◆ REQUIREMENT
For this exercise, reproduce the entries below exactly, but only from the line containing "# 草图1 → 凸台-拉伸1 (new body)" through the line containing "# 草图2 → 切除-拉伸2 (cut)", both included.

◆ THE RECORDS
------------------------
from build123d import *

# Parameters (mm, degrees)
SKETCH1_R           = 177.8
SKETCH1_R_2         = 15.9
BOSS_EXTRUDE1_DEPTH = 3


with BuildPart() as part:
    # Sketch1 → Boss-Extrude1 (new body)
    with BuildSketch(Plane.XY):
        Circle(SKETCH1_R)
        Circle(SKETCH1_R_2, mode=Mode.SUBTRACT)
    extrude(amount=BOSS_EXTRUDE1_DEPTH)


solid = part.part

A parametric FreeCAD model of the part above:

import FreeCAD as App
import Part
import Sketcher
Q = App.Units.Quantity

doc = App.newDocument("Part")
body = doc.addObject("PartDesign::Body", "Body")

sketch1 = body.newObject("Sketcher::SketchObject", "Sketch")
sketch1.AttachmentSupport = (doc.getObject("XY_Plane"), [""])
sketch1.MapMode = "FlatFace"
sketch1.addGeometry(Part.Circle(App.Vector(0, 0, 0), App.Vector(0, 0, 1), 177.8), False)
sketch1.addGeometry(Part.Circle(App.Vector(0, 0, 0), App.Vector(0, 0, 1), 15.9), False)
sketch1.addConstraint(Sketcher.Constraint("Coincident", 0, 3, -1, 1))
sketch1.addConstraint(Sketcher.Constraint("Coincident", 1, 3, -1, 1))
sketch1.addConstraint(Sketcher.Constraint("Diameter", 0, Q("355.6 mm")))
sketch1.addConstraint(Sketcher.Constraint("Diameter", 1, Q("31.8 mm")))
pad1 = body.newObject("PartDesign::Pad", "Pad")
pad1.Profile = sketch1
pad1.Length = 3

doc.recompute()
------------------------
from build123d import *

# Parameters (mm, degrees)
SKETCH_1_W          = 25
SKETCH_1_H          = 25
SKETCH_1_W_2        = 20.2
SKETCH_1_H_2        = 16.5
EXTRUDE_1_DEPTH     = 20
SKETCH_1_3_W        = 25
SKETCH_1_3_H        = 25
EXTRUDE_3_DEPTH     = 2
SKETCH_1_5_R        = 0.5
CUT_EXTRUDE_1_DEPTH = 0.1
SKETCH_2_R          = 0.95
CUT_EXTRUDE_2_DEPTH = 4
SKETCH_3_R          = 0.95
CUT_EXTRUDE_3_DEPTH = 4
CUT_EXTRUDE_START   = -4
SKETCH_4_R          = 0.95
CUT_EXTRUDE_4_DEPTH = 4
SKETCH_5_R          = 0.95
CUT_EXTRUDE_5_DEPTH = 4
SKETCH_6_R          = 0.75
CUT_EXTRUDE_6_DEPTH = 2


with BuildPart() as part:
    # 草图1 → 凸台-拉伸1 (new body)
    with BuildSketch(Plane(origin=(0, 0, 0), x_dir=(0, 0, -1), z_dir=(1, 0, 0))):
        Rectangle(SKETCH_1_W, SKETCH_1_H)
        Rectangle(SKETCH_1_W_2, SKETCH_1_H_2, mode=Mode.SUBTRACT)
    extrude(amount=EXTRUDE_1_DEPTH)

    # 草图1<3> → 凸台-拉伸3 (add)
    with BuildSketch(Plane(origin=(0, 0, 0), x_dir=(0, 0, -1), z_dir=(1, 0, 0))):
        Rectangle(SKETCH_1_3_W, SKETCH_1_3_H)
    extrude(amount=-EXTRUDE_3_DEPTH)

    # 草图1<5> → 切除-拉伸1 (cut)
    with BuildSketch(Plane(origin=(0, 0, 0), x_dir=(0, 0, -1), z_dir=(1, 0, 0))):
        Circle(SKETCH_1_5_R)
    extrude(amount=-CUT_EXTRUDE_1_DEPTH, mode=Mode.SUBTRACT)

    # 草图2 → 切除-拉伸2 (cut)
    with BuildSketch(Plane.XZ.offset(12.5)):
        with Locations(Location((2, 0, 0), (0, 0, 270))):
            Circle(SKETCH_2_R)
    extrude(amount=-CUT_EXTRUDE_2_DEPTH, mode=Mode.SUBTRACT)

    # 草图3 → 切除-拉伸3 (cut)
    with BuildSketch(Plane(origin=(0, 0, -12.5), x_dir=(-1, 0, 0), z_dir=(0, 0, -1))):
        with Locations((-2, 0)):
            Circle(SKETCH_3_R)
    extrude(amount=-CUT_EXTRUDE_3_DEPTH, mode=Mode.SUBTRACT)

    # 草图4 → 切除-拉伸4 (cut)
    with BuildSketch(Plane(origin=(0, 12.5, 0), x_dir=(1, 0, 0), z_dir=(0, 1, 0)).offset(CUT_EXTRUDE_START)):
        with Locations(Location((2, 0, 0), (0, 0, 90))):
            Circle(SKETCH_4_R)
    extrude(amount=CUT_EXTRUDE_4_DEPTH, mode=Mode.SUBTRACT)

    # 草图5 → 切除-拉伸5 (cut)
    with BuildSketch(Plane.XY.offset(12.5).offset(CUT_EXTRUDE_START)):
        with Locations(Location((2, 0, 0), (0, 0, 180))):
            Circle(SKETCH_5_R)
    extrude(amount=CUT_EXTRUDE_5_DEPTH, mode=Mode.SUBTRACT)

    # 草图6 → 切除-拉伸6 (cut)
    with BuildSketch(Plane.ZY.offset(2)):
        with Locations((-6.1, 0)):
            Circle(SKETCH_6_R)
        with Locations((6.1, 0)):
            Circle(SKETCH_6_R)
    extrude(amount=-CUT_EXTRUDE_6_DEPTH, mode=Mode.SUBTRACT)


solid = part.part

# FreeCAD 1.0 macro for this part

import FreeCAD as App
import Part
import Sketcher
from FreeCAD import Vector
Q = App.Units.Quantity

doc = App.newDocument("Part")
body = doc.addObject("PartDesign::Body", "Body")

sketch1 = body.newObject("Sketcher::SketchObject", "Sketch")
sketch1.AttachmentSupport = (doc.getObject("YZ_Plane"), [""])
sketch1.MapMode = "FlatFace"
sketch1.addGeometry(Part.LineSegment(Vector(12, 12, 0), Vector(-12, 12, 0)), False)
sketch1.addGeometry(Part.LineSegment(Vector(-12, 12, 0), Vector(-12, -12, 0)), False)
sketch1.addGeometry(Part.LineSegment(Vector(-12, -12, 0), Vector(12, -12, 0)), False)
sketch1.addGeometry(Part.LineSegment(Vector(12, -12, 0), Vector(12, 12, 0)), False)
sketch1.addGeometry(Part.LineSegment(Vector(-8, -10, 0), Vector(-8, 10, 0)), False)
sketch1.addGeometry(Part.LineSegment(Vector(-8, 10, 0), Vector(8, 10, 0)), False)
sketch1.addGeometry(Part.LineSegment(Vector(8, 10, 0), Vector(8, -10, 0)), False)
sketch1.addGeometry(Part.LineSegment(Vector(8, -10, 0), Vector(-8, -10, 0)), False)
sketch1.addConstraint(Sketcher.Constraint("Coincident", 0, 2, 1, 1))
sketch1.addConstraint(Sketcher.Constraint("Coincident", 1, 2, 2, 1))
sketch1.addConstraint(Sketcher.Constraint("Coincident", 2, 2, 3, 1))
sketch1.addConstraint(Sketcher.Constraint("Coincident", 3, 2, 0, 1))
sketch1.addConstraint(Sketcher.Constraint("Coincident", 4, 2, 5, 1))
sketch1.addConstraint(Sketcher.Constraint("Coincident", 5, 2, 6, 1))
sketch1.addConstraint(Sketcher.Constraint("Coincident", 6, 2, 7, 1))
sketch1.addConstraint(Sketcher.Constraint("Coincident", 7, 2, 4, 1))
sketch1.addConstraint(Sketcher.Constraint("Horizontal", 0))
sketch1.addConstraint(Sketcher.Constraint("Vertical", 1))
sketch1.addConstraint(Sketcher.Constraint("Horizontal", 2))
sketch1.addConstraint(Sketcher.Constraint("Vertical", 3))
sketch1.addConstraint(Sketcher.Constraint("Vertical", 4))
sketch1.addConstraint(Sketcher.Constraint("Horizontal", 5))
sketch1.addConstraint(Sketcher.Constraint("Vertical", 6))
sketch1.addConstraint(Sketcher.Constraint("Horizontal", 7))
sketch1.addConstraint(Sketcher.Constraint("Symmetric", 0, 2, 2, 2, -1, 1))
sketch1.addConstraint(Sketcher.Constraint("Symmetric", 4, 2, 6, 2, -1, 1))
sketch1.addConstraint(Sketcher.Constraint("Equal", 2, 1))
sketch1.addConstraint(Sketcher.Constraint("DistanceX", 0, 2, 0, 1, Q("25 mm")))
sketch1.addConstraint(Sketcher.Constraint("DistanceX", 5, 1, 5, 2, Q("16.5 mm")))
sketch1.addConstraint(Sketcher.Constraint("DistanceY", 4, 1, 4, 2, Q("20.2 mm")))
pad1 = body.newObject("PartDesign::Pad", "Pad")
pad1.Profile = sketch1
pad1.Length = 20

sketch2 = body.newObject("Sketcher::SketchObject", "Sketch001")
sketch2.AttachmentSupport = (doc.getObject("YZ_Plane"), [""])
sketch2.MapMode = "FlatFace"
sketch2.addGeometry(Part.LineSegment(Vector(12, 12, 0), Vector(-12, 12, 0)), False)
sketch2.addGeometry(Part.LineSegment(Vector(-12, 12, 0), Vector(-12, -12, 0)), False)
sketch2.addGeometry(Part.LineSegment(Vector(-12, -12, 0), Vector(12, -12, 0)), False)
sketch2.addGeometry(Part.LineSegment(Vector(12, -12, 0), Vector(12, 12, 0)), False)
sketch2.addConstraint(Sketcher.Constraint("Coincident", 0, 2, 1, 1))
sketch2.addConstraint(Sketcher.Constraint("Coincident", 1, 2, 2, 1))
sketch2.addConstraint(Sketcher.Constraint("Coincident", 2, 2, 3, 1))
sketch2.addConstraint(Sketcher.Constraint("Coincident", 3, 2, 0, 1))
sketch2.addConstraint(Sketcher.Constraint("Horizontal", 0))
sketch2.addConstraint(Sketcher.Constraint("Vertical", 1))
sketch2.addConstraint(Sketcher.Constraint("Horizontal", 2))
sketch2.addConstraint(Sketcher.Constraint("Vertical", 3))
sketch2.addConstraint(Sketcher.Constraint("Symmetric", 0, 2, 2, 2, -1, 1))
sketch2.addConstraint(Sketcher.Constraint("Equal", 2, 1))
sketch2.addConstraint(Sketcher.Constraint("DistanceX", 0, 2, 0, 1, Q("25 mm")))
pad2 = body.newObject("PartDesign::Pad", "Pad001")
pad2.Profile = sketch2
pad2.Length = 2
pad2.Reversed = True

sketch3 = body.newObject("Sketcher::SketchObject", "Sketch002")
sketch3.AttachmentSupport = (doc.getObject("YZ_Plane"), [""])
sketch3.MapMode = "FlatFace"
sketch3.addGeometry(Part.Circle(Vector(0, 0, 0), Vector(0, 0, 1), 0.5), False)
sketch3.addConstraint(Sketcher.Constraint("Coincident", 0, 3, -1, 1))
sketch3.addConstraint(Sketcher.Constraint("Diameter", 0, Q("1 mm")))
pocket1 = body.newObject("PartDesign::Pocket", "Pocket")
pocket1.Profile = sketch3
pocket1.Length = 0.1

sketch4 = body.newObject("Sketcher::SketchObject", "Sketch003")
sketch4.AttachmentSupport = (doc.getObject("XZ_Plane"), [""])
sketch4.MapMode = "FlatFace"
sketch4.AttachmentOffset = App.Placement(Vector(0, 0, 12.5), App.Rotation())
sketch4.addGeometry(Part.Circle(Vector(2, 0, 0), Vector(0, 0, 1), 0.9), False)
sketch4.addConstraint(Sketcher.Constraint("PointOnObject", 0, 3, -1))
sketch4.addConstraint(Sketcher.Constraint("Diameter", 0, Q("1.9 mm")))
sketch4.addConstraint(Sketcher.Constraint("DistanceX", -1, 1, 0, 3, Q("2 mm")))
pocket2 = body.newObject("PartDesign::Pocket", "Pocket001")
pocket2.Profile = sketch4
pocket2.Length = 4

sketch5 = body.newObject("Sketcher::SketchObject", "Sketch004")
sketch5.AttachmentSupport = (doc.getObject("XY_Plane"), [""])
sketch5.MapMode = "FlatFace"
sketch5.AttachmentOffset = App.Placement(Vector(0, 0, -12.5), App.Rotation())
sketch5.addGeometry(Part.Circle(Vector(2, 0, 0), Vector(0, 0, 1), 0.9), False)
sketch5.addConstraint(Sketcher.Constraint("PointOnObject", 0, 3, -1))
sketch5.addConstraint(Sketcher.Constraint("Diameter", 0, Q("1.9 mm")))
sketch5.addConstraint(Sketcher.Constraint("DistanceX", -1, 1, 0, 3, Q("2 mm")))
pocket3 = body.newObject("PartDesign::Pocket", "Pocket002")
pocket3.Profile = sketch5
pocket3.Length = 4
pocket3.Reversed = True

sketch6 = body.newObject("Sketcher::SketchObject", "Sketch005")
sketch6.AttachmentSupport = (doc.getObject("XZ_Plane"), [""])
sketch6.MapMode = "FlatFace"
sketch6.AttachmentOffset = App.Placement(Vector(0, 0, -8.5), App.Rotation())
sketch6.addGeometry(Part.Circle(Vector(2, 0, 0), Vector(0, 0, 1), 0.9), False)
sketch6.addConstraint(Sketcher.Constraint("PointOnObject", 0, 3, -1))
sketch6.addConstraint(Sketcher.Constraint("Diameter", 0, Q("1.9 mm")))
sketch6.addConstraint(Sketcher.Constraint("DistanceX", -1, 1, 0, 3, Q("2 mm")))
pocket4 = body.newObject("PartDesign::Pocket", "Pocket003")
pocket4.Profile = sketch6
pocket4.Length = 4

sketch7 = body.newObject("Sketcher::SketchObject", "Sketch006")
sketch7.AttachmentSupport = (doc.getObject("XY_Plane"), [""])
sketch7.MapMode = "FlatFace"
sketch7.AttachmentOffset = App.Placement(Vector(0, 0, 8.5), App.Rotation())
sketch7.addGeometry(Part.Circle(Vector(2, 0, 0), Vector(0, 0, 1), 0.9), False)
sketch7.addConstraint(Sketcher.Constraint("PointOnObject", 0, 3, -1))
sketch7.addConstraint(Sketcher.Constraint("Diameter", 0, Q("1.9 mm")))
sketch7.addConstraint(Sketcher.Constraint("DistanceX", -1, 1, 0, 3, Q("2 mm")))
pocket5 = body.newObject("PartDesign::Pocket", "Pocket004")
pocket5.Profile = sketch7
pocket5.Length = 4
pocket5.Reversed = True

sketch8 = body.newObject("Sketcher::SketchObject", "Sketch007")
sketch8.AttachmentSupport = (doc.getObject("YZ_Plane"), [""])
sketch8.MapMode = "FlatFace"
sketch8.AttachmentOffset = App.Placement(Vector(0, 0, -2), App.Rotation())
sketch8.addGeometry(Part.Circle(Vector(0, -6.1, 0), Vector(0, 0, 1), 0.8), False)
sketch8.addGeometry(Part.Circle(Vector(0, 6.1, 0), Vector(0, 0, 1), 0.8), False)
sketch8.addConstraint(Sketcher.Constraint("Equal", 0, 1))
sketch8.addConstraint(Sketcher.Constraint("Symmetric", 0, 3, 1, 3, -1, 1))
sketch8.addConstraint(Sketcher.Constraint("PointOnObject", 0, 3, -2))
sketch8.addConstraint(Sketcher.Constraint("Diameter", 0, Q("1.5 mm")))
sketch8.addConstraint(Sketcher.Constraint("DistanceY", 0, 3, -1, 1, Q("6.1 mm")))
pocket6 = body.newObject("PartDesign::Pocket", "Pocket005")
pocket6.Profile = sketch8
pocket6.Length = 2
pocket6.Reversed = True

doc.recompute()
------------------------
◆ FINAL ANSWER
    # 草图1 → 凸台-拉伸1 (new body)
    with BuildSketch(Plane(origin=(0, 0, 0), x_dir=(0, 0, -1), z_dir=(1, 0, 0))):
        Rectangle(SKETCH_1_W, SKETCH_1_H)
        Rectangle(SKETCH_1_W_2, SKETCH_1_H_2, mode=Mode.SUBTRACT)
    extrude(amount=EXTRUDE_1_DEPTH)

    # 草图1<3> → 凸台-拉伸3 (add)
    with BuildSketch(Plane(origin=(0, 0, 0), x_dir=(0, 0, -1), z_dir=(1, 0, 0))):
        Rectangle(SKETCH_1_3_W, SKETCH_1_3_H)
    extrude(amount=-EXTRUDE_3_DEPTH)

    # 草图1<5> → 切除-拉伸1 (cut)
    with BuildSketch(Plane(origin=(0, 0, 0), x_dir=(0, 0, -1), z_dir=(1, 0, 0))):
        Circle(SKETCH_1_5_R)
    extrude(amount=-CUT_EXTRUDE_1_DEPTH, mode=Mode.SUBTRACT)

    # 草图2 → 切除-拉伸2 (cut)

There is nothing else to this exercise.